The effect of a salicylate in producing bleeding can be highly variable in different people or at different times. Why should this be? The present understanding of the stomach mucosal barrier provides the beginning of an explanation. The solubility of a salicylate, such as aspirin, in fat depends on the acidity of the medium in which it is dissolved. In a neutral solution aspirin becomes ionized, the hydrogen being removed from its carboxyl group (COOH) so that the group is left with a negative charge (COO-). In that state the molecule is relatively insoluble in fat; consequently it does not readily penetrate the lipid barrier of the mucosa. In an acid solution, on the other hand, the carboxyl group remains un-ionized and aspirin is then soluble in fat and can diffuse rapidly through the mucosal barrier (see below). Once in the mucosa, the salicylate is immediately ionized and prevented from crossing the barrier in the opposite direction. Thus a steep gradient for diffusion of the salicylate into the mucosa builds up. Salicylate pours into the mucosa at a rate that depends in the first instance on the acidity of the contents of the stomach cavity.

Experiments also show that if alcohol is present in the stomach, the ability of a salicylate to break the mucosal barrier is enhanced, even when the acidity of the stomach contents is low. These results have been found in human volunteers as well as in dogs with the experimental pouch.

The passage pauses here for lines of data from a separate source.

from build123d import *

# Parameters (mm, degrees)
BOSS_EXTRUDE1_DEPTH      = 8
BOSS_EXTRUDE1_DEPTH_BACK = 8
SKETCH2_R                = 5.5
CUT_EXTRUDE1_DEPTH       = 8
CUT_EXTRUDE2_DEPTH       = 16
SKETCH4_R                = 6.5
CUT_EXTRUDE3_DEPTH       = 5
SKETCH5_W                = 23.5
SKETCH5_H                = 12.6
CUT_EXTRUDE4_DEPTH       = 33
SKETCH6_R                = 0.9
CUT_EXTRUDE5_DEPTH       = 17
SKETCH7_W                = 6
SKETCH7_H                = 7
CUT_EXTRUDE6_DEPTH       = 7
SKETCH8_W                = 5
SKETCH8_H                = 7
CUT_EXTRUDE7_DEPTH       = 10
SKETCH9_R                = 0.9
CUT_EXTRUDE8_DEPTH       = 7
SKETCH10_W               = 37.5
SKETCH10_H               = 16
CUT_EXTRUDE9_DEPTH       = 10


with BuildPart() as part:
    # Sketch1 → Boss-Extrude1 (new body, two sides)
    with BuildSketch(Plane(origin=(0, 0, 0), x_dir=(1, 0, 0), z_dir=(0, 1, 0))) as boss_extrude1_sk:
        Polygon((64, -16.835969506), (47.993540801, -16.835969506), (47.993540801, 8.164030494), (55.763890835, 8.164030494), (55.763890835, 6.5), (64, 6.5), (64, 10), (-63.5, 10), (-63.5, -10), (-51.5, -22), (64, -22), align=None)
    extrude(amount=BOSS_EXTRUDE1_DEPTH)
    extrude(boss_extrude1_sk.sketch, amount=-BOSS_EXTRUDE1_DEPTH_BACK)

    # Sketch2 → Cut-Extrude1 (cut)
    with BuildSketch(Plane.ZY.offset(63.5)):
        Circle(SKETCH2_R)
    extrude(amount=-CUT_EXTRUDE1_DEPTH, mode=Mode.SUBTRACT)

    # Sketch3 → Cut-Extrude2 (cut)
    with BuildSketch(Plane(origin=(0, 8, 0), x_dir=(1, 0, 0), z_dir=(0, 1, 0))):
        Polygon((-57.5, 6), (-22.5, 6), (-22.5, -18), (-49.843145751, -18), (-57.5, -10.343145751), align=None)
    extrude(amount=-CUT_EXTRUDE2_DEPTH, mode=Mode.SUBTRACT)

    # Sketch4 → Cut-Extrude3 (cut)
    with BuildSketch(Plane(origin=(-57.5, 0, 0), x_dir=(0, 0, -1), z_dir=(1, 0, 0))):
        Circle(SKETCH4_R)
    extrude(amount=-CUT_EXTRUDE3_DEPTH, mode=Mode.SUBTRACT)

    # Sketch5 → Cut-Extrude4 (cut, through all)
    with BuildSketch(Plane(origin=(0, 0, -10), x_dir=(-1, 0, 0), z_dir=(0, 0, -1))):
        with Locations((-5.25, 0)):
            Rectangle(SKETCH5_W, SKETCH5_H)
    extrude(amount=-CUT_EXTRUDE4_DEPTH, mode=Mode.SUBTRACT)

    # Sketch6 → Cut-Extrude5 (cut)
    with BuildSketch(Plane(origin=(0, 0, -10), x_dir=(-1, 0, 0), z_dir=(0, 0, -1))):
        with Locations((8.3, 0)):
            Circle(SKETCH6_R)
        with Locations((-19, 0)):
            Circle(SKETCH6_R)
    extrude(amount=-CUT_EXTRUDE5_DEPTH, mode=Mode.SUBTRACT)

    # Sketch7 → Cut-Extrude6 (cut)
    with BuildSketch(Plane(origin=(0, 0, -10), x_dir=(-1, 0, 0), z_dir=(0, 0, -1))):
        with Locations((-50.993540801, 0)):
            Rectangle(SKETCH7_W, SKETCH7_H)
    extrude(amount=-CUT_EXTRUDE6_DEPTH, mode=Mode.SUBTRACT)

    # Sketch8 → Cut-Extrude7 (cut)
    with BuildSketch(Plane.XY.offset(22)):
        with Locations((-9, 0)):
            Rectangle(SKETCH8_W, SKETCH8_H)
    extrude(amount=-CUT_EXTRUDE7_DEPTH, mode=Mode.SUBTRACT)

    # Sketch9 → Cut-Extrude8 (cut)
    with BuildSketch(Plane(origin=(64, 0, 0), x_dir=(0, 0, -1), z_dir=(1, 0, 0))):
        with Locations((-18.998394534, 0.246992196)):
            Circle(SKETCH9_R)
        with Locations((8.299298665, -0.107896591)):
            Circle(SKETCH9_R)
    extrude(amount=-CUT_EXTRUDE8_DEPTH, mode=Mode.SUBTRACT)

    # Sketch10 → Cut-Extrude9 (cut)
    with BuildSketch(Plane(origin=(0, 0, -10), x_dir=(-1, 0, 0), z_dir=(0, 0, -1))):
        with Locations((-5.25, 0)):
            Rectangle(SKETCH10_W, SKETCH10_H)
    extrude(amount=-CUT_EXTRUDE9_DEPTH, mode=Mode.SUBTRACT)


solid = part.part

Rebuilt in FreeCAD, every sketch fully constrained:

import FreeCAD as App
import Part
import Sketcher

V = App.Vector
Q = App.Units.Quantity


def add_polygon(sketch, points):
    """Adds a closed chain of lines whose ends are joined by coincident constraints."""
    first, n = sketch.GeometryCount, len(points)
    for a, b in zip(points, points[1:] + points[:1]):
        sketch.addGeometry(Part.LineSegment(App.Vector(*a, 0), App.Vector(*b, 0)), False)
    for i in range(n):
        sketch.addConstraint(Sketcher.Constraint("Coincident", first + i, 2, first + (i + 1) % n, 1))

doc = App.newDocument("Part")
params = doc.addObject("Spreadsheet::Sheet", "Params")
for row, (alias, value) in enumerate([
    ("sketch1_height", "25 mm"),
    ("sketch1_height2", "20 mm"),
    ("sketch1_width", "127.5 mm"),
    ("sketch1_width2", "115.5 mm"),
    ("sketch1_height3", "3.5 mm"),
    ("pad1_length", "8 mm"),
    ("pad1_length2", "8 mm"),
    ("sketch2_diameter", "11 mm"),
    ("pocket1_length", "8 mm"),
    ("sketch3_width", "35 mm"),
    ("sketch3_height", "24 mm"),
    ("pocket2_length", "16 mm"),
    ("sketch4_diameter", "13 mm"),
    ("pocket3_length", "5 mm"),
    ("sketch5_width", "23.5 mm"),
    ("sketch5_height", "12.6 mm"),
    ("sketch6_diameter", "1.8 mm"),
    ("pocket5_length", "17 mm"),
    ("sketch7_width", "6 mm"),
    ("sketch7_height", "7 mm"),
    ("pocket6_length", "7 mm"),
    ("sketch8_width", "5 mm"),
    ("sketch8_height", "7 mm"),
    ("pocket7_length", "10 mm"),
    ("sketch9_diameter", "1.8 mm"),
    ("pocket8_length", "7 mm"),
    ("sketch10_height", "16 mm"),
    ("sketch10_width", "37.5 mm"),
    ("pocket9_length", "10 mm"),
], start=1):
    params.set(f"A{row}", alias)
    params.set(f"B{row}", "=" + value)
    params.setAlias(f"B{row}", alias)

body = doc.addObject("PartDesign::Body", "Body")

sketch1 = body.newObject("Sketcher::SketchObject", "Sketch")
sketch1.AttachmentSupport = (doc.getObject("XZ_Plane"), [""])
sketch1.MapMode = "FlatFace"
add_polygon(sketch1, [(64, 16.83597), (47.993541, 16.83597), (47.993541, -8.16403), (55.763891, -8.16403), (55.763891, -6.5), (64, -6.5), (64, -10), (-63.5, -10), (-63.5, 10), (-51.5, 22), (64, 22)])
sketch1.addConstraint(Sketcher.Constraint("Horizontal", 0))
sketch1.addConstraint(Sketcher.Constraint("Vertical", 1))
sketch1.addConstraint(Sketcher.Constraint("Horizontal", 2))
sketch1.addConstraint(Sketcher.Constraint("Vertical", 3))
sketch1.addConstraint(Sketcher.Constraint("Horizontal", 4))
sketch1.addConstraint(Sketcher.Constraint("Vertical", 5))
sketch1.addConstraint(Sketcher.Constraint("Horizontal", 6))
sketch1.addConstraint(Sketcher.Constraint("Vertical", 7))
sketch1.addConstraint(Sketcher.Constraint("Horizontal", 9))
sketch1.addConstraint(Sketcher.Constraint("Vertical", 10))
sketch1.addConstraint(Sketcher.Constraint("Vertical", 5, 2, 9, 2))
sketch1.addConstraint(Sketcher.Constraint("DistanceY", 1, 2, 1, 1, Q("25 mm")))
sketch1.addConstraint(Sketcher.Constraint("DistanceY", 7, 1, 7, 2, Q("20 mm")))
sketch1.addConstraint(Sketcher.Constraint("Angle", 8, Q("45 deg")))
sketch1.addConstraint(Sketcher.Constraint("DistanceX", 6, 2, 6, 1, Q("127.5 mm")))
sketch1.addConstraint(Sketcher.Constraint("DistanceX", 9, 1, 9, 2, Q("115.5 mm")))
sketch1.addConstraint(Sketcher.Constraint("DistanceY", 5, 2, 5, 1, Q("3.5 mm")))
sketch1.addConstraint(Sketcher.Constraint("DistanceX", -1, 1, 4, 2, Q("64 mm")))
sketch1.addConstraint(Sketcher.Constraint("DistanceY", 5, 2, -1, 1, Q("10 mm")))
sketch1.addConstraint(Sketcher.Constraint("DistanceX", 0, 2, 0, 1, Q("16.006459 mm")))
sketch1.addConstraint(Sketcher.Constraint("DistanceX", 2, 1, 2, 2, Q("7.77035 mm")))
sketch1.addConstraint(Sketcher.Constraint("DistanceY", 3, 1, 3, 2, Q("1.66403 mm")))
sketch1.setExpression("Constraints[22]", "Params.sketch1_height")
sketch1.setExpression("Constraints[23]", "Params.sketch1_height2")
sketch1.setExpression("Constraints[25]", "Params.sketch1_width")
sketch1.setExpression("Constraints[26]", "Params.sketch1_width2")
sketch1.setExpression("Constraints[27]", "Params.sketch1_height3")
pad1 = body.newObject("PartDesign::Pad", "Pad")
pad1.Profile = sketch1
pad1.Type = "TwoLengths"
pad1.setExpression("Length", "Params.pad1_length")
pad1.setExpression("Length2", "Params.pad1_length2")
pad1.Reversed = True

Normal stomach lining. Surface of human stomach’s inner lining, which is the glandular mucosa, is seen enlarged some 700 diameters in this scanning micrograph. The view shows the tops of epithelial cells, the gastric pits and characteristic folds of a normal stomach.

 

Look what aspirin does to your stomach! Damaged epithelial cells on the surface of the inner wall of a human stomach are magnified about 12,000 diameters in this scanning electron micrograph. The tops of some cells have been destroyed, leaving holes in the mucosal barrier.

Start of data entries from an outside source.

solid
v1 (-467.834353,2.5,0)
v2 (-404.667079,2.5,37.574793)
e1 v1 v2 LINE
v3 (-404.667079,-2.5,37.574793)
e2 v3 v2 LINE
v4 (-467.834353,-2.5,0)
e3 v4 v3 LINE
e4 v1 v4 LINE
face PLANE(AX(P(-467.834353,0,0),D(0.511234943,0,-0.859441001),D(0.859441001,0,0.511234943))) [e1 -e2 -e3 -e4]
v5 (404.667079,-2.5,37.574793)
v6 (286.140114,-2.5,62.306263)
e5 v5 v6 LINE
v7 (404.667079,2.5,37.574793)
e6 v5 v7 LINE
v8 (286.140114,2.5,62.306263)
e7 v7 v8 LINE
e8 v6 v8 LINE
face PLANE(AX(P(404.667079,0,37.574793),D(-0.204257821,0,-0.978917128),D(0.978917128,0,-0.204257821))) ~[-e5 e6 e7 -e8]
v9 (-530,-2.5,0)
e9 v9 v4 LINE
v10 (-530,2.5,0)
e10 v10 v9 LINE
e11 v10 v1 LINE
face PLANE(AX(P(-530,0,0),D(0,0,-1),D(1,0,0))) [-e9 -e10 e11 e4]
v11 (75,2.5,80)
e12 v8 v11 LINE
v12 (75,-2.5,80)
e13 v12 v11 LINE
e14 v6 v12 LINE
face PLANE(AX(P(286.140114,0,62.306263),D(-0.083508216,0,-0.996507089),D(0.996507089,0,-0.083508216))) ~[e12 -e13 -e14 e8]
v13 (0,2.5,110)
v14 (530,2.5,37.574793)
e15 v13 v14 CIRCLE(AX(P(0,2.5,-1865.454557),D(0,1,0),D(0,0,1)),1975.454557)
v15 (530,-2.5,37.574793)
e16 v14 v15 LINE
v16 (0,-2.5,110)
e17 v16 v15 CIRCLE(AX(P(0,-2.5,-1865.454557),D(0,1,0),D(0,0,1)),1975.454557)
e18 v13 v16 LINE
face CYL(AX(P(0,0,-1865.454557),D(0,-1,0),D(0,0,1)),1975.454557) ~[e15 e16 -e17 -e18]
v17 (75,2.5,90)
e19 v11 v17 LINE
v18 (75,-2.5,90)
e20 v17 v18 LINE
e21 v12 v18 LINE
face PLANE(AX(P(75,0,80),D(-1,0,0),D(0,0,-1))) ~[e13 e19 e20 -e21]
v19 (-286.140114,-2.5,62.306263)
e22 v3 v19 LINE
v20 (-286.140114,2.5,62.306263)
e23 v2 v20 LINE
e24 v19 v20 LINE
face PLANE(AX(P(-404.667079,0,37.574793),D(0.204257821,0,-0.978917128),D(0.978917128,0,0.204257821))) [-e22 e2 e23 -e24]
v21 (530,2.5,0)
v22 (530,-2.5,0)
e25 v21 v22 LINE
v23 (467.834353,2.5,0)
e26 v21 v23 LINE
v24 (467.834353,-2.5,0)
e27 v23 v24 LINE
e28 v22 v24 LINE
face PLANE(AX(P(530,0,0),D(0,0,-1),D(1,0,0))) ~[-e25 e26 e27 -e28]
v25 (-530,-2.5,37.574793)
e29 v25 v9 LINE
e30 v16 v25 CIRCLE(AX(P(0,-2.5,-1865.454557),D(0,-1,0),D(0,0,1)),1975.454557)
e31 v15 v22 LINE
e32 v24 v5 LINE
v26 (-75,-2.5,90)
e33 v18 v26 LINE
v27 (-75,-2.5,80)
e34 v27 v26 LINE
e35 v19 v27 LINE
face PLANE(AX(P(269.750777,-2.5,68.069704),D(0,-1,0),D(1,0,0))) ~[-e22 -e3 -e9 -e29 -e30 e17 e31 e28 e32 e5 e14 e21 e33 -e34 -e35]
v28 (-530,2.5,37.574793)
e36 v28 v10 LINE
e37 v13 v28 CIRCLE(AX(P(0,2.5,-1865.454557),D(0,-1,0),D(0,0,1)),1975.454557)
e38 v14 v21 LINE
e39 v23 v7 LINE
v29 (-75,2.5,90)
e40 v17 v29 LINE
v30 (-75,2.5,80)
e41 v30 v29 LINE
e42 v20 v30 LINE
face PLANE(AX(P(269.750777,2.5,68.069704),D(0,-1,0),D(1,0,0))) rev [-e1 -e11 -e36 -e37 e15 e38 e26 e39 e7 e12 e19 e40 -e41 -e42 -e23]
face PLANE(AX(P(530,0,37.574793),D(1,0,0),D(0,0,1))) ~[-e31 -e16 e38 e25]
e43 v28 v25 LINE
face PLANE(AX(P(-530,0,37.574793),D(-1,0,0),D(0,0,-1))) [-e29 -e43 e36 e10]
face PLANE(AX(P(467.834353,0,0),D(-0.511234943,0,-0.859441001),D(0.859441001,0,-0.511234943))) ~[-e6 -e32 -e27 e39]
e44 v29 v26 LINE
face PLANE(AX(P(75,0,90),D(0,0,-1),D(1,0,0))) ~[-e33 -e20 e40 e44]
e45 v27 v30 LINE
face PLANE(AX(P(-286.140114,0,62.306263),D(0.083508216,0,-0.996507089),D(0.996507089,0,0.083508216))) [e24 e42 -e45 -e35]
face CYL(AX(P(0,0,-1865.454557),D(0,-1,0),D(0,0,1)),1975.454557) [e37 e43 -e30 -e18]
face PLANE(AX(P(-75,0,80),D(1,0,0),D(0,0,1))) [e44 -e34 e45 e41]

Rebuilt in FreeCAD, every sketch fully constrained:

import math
import FreeCAD as App
import Part
import Sketcher
from FreeCAD import Vector

doc = App.newDocument("Part")
body = doc.addObject("PartDesign::Body", "Body")

sketch1 = body.newObject("Sketcher::SketchObject", "Sketch")
sketch1.AttachmentSupport = (doc.getObject("XZ_Plane"), [""])
sketch1.MapMode = "FlatFace"
sketch1.addGeometry([
    Part.LineSegment(Vector(-75, 80, 0), Vector(-75, 90, 0)),
    Part.LineSegment(Vector(-75, 90, 0), Vector(0, 90, 0)),
    Part.LineSegment(Vector(0, 90, 0), Vector(0, 110, 0)),
    Part.ArcOfCircle(Part.Circle(Vector(0, -1865, 0), Vector(0, 0, 1), 1975), math.radians(90), math.radians(105.56)),
    Part.LineSegment(Vector(-530, 38, 0), Vector(-530, 0, 0)),
    Part.LineSegment(Vector(-530, 0, 0), Vector(-468, 0, 0)),
    Part.LineSegment(Vector(-468, 0, 0), Vector(-405, 38, 0)),
    Part.LineSegment(Vector(-405, 38, 0), Vector(-286, 62, 0)),
    Part.LineSegment(Vector(-286, 62, 0), Vector(-75, 80, 0)),
], False)
sketch1.addConstraint([
    Sketcher.Constraint("Coincident", 0, 2, 1, 1),
    Sketcher.Constraint("Coincident", 1, 2, 2, 1),
    Sketcher.Constraint("Coincident", 2, 2, 3, 1),
    Sketcher.Constraint("Coincident", 3, 2, 4, 1),
    Sketcher.Constraint("Coincident", 4, 2, 5, 1),
    Sketcher.Constraint("Coincident", 5, 2, 6, 1),
    Sketcher.Constraint("Coincident", 6, 2, 7, 1),
    Sketcher.Constraint("Coincident", 7, 2, 8, 1),
    Sketcher.Constraint("Coincident", 8, 2, 0, 1),
    Sketcher.Constraint("Vertical", 0),
    Sketcher.Constraint("Horizontal", 1),
    Sketcher.Constraint("Vertical", 2),
    Sketcher.Constraint("Vertical", 4),
    Sketcher.Constraint("Horizontal", 5),
    Sketcher.Constraint("PointOnObject", 3, 3, -2),
    Sketcher.Constraint("PointOnObject", 1, 2, -2),
    Sketcher.Constraint("PointOnObject", 4, 2, -1),
    Sketcher.Constraint("DistanceX", 1, 1, 1, 2, 75.0),
    Sketcher.Constraint("DistanceY", 0, 1, 0, 2, 10.0),
    Sketcher.Constraint("DistanceY", 2, 1, 2, 2, 20.0),
    Sketcher.Constraint("DistanceY", -1, 1, 0, 2, 90.0),
    Sketcher.Constraint("DistanceX", 4, 2, -1, 1, 530.0),
    Sketcher.Constraint("Radius", 3, 1975.454557),
    Sketcher.Constraint("DistanceX", 5, 1, 5, 2, 62.165647),
    Sketcher.Constraint("DistanceX", 6, 2, -1, 1, 404.667079),
    Sketcher.Constraint("DistanceY", 6, 2, 7, 2, 24.73147),
    Sketcher.Constraint("DistanceX", 5, 2, 7, 2, 181.694239),
    Sketcher.Constraint("Distance", 6, 73.498092),
])
pad1 = body.newObject("PartDesign::Pad", "Pad")
pad1.Profile = sketch1
pad1.Length = 5
pad1.Midplane = True
body2 = doc.addObject("PartDesign::Body", "Body001")
doc.recompute()

body2.BaseFeature = body
doc.recompute()

mirroring = doc.addObject("Part::Mirroring", "Mirroring")
mirroring.Source = body
mirroring.Base = Vector(0, 0, 0)
mirroring.Normal = Vector(1, 0, 0)
body3 = doc.addObject("PartDesign::Body", "Body002")
body3.BaseFeature = mirroring
boolean = body2.newObject("PartDesign::Boolean", "Boolean")
boolean.Type = "Fuse"
boolean.addObjects([body3])
doc.recompute()
mirroring.Visibility = False

doc.recompute()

The penetration of the salicylate into the mucosa has two damaging effects: (1) it breaks the barrier (by killing cells at the mucosal surface), thereby opening the gates for further influx of acid, and (2) it acts as a weapon to destroy the mucosa (by promoting bleeding).

Synergism of aspirin and alcohol in damaging mucosal barrier is shown by increased flow of sodium ions through the broken barrier. Aspirin (red curve) in acid solution causes damage. A 4 percent solution of ethanol added to aspirin (green curve) increases damage. Even greater damage is caused by aspirin and 9 percent ethanol (black).

ASPIRIN AND ALCOHOL WOULD APPEAR TO BE AN UNWISE COMBINATION!